Wednesday, December 15th, 2010

Letter to Anonymous, 55 IDELR 106 (OSEP 2010):  The U.S. Department of Education Office of Special Education Programs (OSEP), in response to an inquiry from a concerned individual, stated that it is not consistent with IDEA regulations for a school district to require that a parent comply with certain conditions not contemplated in the regulations in order to seek reimbursement for independent educational evaluations (IEEs).

In this case, the school district required that it must have already completed its evaluation, and required that the parent provide a written disagreement with the district’s evaluation prior to obtaining an IEE or provide notice of the request for an IEE at an IEP team meeting.  OSEP decided that requiring that the district’s evaluation be complete before a parent is entitled to an IEE is consistent with the regulations, since a parent does not have a right to an IEE until he or she disagrees with the district’s evaluation and, correspondingly, a parent cannot disagree with an evaluation until it is completed.

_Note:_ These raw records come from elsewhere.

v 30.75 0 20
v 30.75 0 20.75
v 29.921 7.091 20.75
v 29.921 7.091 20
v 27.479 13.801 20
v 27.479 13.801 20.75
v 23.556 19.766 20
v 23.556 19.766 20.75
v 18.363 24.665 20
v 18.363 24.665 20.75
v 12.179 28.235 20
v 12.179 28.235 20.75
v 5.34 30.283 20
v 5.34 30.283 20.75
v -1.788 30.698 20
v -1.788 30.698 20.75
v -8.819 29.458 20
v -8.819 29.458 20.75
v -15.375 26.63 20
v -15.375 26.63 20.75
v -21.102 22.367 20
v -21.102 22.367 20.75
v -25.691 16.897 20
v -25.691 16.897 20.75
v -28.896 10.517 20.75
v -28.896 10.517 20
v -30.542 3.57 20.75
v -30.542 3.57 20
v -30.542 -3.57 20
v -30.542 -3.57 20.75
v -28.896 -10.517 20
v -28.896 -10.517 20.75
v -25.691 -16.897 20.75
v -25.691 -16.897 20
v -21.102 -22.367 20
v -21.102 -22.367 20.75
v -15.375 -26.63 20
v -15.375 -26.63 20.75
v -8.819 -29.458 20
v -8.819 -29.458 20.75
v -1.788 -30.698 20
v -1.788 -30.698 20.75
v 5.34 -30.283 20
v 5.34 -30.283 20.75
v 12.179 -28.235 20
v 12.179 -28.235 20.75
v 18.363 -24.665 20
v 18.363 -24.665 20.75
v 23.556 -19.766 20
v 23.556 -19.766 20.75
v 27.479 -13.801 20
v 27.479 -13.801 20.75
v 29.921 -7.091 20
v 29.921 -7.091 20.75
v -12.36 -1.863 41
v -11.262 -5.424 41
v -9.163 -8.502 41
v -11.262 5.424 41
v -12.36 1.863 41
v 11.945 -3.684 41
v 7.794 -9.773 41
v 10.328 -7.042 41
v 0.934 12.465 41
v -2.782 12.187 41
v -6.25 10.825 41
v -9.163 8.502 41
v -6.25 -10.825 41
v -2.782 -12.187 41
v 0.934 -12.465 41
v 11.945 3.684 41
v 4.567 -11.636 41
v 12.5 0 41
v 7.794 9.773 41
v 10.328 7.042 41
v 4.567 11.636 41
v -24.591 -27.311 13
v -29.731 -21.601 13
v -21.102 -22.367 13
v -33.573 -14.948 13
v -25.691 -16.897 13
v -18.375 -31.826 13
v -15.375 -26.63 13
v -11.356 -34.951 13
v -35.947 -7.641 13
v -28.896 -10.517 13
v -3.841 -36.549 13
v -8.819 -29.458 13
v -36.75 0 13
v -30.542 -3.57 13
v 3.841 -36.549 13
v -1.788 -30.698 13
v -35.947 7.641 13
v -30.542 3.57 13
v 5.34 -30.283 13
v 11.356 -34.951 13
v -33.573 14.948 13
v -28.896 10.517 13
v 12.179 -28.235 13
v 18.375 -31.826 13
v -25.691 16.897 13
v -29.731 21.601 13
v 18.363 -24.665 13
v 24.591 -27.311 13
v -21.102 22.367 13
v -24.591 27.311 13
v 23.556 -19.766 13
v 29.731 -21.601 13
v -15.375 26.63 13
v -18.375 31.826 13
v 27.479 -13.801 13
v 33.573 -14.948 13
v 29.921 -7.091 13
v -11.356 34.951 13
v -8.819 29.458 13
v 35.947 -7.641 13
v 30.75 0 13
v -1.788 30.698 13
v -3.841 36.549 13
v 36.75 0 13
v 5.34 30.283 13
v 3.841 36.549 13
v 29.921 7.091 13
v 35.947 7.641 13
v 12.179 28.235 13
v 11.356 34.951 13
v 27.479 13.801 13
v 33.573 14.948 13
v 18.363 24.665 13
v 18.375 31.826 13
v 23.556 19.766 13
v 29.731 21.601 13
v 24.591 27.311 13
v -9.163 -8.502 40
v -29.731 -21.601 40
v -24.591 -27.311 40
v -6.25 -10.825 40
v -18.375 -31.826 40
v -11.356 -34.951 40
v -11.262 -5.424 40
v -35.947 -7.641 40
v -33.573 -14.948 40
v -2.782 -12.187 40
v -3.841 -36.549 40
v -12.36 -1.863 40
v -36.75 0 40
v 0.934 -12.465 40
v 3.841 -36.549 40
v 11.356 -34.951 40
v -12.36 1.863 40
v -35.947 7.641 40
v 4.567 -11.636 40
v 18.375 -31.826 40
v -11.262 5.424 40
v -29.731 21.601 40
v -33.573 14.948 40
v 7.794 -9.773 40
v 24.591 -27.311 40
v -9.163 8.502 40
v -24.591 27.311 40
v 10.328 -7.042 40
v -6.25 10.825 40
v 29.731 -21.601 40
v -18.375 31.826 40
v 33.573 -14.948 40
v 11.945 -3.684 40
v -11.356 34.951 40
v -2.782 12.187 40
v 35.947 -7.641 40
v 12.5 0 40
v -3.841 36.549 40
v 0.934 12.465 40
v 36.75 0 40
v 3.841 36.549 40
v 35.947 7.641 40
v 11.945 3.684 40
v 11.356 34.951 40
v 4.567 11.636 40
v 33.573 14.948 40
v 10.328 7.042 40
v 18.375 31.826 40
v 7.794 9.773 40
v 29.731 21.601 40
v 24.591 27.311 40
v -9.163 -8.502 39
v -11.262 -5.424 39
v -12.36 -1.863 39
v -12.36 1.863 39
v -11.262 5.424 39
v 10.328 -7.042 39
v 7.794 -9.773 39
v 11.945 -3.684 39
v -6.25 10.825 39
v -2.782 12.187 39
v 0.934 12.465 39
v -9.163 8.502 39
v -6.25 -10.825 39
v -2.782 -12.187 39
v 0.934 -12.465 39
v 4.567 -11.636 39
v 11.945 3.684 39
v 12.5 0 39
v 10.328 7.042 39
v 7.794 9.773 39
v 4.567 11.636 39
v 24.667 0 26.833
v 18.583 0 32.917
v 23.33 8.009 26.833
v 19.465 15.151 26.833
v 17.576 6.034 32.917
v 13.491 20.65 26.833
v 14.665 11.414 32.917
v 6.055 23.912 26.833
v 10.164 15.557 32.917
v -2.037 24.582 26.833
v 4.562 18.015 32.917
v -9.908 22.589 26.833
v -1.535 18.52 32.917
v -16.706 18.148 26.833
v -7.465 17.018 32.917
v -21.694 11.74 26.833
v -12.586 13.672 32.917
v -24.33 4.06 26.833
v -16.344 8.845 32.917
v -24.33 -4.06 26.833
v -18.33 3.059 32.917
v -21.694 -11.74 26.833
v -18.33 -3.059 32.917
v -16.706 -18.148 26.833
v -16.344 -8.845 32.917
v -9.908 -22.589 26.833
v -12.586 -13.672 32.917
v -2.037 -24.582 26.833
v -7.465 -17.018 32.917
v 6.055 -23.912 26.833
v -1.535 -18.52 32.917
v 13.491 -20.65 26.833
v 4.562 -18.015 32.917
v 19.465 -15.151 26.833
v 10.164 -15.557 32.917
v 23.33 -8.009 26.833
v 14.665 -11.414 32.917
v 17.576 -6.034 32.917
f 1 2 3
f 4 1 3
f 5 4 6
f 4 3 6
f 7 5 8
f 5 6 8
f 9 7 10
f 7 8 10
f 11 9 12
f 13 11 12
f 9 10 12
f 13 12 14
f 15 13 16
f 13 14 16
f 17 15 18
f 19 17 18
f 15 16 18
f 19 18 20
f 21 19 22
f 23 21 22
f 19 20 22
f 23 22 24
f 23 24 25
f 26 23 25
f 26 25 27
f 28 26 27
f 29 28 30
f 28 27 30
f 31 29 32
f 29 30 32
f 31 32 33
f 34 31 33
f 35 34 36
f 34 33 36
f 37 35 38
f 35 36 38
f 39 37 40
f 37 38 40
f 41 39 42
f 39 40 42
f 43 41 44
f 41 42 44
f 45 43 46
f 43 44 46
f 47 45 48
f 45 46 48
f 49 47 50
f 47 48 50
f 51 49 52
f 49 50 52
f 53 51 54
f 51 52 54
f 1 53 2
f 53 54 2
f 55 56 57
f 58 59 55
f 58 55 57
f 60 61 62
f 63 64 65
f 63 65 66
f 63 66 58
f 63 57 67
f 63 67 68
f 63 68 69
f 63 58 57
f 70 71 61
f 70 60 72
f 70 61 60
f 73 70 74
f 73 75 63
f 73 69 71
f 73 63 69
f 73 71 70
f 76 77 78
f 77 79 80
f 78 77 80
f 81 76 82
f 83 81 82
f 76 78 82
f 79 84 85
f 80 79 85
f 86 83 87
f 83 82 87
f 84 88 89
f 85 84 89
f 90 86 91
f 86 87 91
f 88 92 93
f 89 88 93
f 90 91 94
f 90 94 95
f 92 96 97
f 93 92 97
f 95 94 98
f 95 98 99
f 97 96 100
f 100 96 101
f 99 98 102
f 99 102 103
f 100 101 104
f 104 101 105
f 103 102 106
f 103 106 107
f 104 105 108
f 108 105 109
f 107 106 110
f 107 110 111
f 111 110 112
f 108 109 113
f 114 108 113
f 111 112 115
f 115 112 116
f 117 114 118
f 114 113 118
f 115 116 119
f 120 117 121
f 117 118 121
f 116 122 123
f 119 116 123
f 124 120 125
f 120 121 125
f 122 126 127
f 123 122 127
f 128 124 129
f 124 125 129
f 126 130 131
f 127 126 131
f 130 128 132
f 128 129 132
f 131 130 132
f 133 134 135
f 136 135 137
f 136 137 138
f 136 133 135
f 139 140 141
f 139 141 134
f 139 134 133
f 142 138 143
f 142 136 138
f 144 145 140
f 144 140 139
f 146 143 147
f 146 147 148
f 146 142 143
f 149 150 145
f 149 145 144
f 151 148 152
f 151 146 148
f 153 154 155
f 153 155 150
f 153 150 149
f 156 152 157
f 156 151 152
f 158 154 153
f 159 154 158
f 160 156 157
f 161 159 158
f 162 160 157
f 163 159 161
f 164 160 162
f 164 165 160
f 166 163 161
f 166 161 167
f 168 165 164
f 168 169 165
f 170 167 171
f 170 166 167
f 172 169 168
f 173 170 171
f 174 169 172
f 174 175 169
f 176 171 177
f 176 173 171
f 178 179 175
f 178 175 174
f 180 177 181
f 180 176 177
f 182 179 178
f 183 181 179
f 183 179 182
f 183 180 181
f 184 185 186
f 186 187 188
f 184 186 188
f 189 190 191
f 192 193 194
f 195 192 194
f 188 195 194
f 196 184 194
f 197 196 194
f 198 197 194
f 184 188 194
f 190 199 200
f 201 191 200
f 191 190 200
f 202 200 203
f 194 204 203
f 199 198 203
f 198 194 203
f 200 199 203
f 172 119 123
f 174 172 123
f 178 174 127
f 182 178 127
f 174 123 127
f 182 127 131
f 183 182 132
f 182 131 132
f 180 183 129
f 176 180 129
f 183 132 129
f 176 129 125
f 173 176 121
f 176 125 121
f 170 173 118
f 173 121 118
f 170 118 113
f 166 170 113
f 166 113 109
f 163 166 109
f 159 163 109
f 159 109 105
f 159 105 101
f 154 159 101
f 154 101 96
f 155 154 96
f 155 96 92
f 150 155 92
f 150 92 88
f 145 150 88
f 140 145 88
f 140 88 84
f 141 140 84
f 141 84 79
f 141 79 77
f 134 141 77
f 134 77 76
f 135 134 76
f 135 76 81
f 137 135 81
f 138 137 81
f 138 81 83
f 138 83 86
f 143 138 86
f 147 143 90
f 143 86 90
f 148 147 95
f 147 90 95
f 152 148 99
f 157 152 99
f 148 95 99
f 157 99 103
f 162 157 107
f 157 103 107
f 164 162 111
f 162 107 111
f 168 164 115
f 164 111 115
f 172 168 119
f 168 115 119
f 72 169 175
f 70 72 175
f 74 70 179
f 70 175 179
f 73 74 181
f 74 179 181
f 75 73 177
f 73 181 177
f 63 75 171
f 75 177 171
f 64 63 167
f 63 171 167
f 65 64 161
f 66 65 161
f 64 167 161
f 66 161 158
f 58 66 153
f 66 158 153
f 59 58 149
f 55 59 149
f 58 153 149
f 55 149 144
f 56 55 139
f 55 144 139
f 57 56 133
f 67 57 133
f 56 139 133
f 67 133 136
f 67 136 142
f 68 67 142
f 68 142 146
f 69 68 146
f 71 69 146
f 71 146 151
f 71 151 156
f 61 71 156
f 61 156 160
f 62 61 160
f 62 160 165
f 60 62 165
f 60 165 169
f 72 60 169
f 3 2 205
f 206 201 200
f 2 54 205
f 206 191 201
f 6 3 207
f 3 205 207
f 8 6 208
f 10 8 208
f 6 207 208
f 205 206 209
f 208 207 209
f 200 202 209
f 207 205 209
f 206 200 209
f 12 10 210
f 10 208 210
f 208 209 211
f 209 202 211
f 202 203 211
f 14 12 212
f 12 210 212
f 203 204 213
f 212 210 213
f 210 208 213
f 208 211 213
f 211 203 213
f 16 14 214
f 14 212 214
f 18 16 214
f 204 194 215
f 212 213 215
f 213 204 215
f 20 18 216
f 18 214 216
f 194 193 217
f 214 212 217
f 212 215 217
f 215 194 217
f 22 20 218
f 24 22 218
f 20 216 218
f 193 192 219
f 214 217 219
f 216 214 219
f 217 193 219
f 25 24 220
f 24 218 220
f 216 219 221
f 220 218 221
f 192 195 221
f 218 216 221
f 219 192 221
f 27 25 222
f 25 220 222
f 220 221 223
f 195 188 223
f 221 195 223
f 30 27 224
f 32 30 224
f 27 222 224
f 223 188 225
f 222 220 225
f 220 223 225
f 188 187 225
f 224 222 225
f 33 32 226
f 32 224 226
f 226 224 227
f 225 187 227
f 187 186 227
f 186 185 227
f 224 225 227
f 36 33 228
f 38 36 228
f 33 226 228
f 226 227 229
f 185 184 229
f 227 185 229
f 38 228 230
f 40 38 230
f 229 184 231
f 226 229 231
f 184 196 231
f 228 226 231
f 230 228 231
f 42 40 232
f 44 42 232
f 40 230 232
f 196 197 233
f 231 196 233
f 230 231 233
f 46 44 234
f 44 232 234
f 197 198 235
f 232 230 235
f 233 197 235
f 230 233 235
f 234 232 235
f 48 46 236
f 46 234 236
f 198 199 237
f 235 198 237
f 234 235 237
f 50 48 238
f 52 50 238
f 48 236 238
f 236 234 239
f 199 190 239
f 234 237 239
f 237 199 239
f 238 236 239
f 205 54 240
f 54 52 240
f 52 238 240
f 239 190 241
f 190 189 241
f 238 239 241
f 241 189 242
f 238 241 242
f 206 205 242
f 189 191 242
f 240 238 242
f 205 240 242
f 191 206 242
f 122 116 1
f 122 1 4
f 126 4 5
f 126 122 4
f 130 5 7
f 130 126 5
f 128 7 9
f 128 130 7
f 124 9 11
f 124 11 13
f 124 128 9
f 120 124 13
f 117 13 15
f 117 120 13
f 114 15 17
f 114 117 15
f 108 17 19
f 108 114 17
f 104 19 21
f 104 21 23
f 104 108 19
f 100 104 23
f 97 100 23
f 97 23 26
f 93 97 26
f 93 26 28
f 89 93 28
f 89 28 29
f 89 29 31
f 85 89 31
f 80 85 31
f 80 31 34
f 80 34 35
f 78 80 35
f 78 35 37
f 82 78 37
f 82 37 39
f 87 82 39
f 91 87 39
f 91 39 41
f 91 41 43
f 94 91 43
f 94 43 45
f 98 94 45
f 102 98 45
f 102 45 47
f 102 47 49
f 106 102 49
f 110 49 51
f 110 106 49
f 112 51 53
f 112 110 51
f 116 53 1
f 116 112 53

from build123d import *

# Parameters (mm, degrees)
F0_R        = 36.75
F0_R_2      = 30.75
F1_DEPTH    = 40
F2_START    = 20
F0_R_3      = 12.5
F2_DEPTH    = 20
F3_START    = 39
F3_DEPTH    = 2
F4_S5_R     = 30.75
F4_T6_DEPTH = 47
F5_DEPTH    = 13


# Not quite as in the source:
# - a fillet or chamfer that OpenCascade refuses, or shapes differently, is made with other operations: its cross-section is extruded or revolved along the edge and cut away or added


with BuildPart() as f1:
    # F0 (on Top) → F1 (new body)
    with BuildSketch(Plane.XY):
        Circle(F0_R)
        Circle(F0_R_2, mode=Mode.SUBTRACT)
    extrude(amount=F1_DEPTH)

    # F0 (on Top) → F2 (join)
    with BuildSketch(Plane.XY.offset(F2_START)):
        Circle(F0_R_2)
        Circle(F0_R_3, mode=Mode.SUBTRACT)
    extrude(amount=F2_DEPTH)

    # F0 (on Top) → F3 (join)
    with BuildSketch(Plane.XY.offset(F3_START)):
        Circle(F0_R_3)
    extrude(amount=F3_DEPTH)

    # F4: chamfer of 19 on 1 edges, made by hand


with BuildPart() as f4_tool2:
    # F4_s3 → F4_t4 (revolve)
    with BuildSketch(Plane.XZ):
        Polygon((31.5, 20), (12.5, 39), (12.5, 20), align=None)
    revolve(axis=Axis((0, 0, 20), (0, 0, 1)))

    # F4_s5 → F4_t6 (intersect, symmetric)
    with BuildSketch(Plane.XY.offset(29.5)):
        Circle(F4_S5_R)
    extrude(amount=F4_T6_DEPTH, both=True, mode=Mode.INTERSECT)

    split(bisect_by=Plane.XY.offset(39), keep=Keep.BOTTOM)


with BuildPart() as f1_1:
    add(f1.part)

    # F4_t1: cut F4_tool2
    add(f4_tool2.part, mode=Mode.SUBTRACT)

    # F5 (cut): a face of the model
    f5_faces = [f1_1.faces().sort_by_distance(p)[0] for p in [
        (-35.7105530317, 0, 0),
    ]]
    extrude(f5_faces, amount=-F5_DEPTH, mode=Mode.SUBTRACT)


solid = f1_1.part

Although, it is also reasonable for a school district to require that it be notified prior to a parent actually obtaining an IEE, a school district cannot require that a parent provide a written statement of its disagreement or provide prior notice at an IEP team meeting.  If a parent requests an IEE, the school district has two choices: to provide the IEE without unnecessary delay, or initiate a due process hearing to demonstrate that its evaluation is appropriate.